RECORDED DATA |
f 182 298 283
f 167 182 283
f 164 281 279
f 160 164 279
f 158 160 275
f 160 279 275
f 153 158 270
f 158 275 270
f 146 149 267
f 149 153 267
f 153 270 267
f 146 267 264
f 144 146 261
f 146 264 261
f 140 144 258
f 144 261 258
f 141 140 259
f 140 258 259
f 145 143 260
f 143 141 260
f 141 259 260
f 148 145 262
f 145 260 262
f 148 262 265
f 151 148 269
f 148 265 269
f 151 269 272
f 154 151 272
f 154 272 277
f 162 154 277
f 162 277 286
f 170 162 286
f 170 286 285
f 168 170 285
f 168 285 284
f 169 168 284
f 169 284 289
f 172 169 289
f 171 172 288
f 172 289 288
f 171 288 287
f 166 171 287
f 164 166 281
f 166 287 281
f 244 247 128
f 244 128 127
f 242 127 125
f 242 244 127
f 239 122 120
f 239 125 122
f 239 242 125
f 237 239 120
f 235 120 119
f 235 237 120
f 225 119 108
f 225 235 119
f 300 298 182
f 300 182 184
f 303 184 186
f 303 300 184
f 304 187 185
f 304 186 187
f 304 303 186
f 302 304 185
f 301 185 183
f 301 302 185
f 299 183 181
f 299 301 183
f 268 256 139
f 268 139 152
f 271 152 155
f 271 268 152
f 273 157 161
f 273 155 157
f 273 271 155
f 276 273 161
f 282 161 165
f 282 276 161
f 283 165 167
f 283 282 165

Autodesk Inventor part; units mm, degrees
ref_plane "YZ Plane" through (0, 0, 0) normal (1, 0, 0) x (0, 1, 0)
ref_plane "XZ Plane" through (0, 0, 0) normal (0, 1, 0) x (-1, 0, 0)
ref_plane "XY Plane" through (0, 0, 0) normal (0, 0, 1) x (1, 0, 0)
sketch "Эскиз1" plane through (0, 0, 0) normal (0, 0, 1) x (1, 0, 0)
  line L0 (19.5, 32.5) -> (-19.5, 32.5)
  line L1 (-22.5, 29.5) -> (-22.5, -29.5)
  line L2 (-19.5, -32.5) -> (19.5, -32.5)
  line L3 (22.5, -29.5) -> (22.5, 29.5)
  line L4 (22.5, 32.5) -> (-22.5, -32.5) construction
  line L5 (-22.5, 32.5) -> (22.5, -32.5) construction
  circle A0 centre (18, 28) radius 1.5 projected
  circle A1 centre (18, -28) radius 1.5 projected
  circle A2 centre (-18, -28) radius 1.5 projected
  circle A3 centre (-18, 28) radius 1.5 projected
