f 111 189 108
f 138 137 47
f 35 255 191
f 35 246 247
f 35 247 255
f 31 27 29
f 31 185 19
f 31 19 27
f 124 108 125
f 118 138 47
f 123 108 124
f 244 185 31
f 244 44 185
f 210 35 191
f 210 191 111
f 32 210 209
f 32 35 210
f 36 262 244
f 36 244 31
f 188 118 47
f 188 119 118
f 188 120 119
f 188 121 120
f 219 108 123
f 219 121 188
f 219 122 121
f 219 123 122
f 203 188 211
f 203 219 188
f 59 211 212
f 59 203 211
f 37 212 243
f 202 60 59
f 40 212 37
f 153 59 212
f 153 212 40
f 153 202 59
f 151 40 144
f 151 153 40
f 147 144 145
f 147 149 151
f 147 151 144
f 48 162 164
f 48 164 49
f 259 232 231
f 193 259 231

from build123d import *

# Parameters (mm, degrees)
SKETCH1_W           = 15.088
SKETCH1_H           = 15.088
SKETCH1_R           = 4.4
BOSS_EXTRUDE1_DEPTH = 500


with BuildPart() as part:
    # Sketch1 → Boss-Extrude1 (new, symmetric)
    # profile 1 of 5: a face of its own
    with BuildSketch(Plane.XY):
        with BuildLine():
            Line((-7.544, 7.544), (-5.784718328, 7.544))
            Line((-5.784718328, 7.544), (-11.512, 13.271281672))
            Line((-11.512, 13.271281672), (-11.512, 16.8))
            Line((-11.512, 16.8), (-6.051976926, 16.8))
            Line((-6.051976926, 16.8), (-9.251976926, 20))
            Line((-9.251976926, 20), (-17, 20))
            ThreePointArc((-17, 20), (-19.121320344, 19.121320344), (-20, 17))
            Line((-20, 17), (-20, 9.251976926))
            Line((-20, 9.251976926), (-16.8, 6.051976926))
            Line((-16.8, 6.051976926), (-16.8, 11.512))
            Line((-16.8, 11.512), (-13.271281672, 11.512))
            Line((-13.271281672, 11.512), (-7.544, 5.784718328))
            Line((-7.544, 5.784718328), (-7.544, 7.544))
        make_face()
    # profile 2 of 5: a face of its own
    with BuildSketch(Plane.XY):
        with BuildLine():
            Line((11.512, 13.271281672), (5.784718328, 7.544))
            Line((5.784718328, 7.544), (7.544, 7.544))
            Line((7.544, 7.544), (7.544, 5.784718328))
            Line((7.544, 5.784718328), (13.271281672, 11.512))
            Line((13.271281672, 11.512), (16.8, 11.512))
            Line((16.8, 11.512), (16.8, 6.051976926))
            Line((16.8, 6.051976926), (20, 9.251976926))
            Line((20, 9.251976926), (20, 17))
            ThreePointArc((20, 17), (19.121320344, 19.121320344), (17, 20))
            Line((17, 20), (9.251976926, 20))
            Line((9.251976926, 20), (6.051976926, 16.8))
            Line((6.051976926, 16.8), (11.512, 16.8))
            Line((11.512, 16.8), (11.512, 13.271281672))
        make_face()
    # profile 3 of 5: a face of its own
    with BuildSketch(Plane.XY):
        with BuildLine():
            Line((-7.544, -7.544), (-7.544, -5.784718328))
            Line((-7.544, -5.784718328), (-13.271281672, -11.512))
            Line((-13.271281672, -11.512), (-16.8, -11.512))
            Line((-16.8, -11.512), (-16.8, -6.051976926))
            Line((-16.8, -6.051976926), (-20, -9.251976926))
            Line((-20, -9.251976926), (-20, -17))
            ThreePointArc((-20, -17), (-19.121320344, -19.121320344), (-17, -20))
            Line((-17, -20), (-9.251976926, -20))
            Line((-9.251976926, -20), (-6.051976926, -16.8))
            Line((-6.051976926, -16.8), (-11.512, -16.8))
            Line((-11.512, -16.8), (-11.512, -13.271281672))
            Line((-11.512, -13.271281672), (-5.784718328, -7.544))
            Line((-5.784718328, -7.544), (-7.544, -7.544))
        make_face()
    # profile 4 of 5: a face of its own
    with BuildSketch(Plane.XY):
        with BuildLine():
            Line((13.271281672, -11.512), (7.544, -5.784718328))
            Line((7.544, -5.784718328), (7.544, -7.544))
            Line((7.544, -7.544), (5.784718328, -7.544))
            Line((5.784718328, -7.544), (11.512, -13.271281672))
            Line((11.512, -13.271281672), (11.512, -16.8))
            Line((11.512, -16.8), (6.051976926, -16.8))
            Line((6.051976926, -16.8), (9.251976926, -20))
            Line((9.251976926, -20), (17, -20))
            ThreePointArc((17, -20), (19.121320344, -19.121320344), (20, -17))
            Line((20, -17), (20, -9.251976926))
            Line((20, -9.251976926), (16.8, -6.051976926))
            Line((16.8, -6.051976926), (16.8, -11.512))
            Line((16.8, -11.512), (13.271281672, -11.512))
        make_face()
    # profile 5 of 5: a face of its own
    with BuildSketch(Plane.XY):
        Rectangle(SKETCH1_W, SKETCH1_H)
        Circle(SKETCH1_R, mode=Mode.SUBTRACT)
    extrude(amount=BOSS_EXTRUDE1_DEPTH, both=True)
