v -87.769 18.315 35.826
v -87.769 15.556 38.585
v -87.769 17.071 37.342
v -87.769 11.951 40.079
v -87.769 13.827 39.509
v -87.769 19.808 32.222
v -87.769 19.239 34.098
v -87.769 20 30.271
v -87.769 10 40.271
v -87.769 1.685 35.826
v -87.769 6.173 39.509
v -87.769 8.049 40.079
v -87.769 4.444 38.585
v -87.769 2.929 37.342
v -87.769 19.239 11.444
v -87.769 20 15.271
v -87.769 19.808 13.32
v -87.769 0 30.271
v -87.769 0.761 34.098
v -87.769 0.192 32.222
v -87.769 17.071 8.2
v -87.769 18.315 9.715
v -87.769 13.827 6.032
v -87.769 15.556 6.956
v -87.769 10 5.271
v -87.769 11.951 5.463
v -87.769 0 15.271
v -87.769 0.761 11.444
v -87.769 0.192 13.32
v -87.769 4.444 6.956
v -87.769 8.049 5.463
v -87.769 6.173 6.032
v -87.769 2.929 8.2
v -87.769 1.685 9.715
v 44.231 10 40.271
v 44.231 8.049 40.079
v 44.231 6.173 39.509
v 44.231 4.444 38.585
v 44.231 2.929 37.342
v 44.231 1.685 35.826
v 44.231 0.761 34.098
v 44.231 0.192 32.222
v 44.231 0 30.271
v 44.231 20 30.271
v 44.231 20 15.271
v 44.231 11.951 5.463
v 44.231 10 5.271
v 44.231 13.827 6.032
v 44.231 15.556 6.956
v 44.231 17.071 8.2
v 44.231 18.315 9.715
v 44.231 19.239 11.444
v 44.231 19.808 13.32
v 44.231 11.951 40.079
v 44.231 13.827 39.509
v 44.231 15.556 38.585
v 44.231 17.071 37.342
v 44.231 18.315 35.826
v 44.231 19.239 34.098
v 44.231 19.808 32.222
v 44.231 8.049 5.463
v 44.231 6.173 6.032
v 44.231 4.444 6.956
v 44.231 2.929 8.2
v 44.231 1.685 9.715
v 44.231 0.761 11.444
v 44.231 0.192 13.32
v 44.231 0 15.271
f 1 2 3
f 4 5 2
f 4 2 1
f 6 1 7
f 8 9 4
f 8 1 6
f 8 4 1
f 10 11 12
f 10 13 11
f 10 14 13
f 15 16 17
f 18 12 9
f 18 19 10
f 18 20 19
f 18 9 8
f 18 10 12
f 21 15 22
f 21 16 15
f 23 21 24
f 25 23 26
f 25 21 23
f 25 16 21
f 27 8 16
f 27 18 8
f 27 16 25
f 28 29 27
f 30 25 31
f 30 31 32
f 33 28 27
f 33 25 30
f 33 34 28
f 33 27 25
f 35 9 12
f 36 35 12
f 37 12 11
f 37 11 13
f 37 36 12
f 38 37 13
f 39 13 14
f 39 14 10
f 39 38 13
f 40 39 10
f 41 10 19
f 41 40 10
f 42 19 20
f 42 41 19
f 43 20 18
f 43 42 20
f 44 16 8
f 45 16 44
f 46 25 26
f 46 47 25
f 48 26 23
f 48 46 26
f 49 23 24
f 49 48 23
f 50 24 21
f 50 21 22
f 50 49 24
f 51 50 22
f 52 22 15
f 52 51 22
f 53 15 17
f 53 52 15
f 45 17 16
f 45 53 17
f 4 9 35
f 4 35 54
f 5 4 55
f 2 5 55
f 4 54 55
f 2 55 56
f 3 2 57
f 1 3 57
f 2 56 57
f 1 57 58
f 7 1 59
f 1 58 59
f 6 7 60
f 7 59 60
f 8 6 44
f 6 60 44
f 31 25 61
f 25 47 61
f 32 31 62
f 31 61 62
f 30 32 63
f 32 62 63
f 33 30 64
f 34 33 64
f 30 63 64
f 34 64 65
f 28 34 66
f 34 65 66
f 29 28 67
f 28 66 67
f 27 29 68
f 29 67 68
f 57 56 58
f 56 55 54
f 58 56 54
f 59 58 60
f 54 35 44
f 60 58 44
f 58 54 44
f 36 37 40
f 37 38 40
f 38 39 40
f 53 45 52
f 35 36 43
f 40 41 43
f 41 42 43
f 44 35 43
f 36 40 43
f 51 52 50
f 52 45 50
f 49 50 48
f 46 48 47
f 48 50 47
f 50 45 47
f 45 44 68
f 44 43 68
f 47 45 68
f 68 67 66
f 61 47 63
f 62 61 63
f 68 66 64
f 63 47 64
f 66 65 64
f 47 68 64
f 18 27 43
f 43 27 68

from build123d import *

# Parameters (mm, degrees)
SKETCH2_W           = 132
SKETCH2_H           = 35
BOSS_EXTRUDE1_DEPTH = 20
FILLET1_R           = 10


with BuildPart() as part:
    # Sketch2 → Boss-Extrude1 (new body)
    with BuildSketch(Plane(origin=(0, 0, 0), x_dir=(1, 0, 0), z_dir=(0, 1, 0))):
        with Locations((-21.769456002, -22.770691578)):
            Rectangle(SKETCH2_W, SKETCH2_H)
    extrude(amount=BOSS_EXTRUDE1_DEPTH)

    # Fillet1
    fillet1_edges = [part.edges().sort_by_distance(p)[0] for p in [
        (-21.769456002, 0, 40.270691578),
        (-21.769456002, 0, 5.270691578),
        (-21.769456002, 20, 5.270691578),
        (-21.769456002, 20, 40.270691578),
    ]]
    fillet(fillet1_edges, radius=FILLET1_R - 0.0001)  # a hair under: the kernel refuses the full size


solid = part.part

EXERCISE GOAL | Report the lines above that have the word "projected" in them.

TASK OUTPUT |
  circle A0 centre (18, 28) radius 1.5 projected
  circle A1 centre (18, -28) radius 1.5 projected
  circle A2 centre (-18, -28) radius 1.5 projected
  circle A3 centre (-18, 28) radius 1.5 projected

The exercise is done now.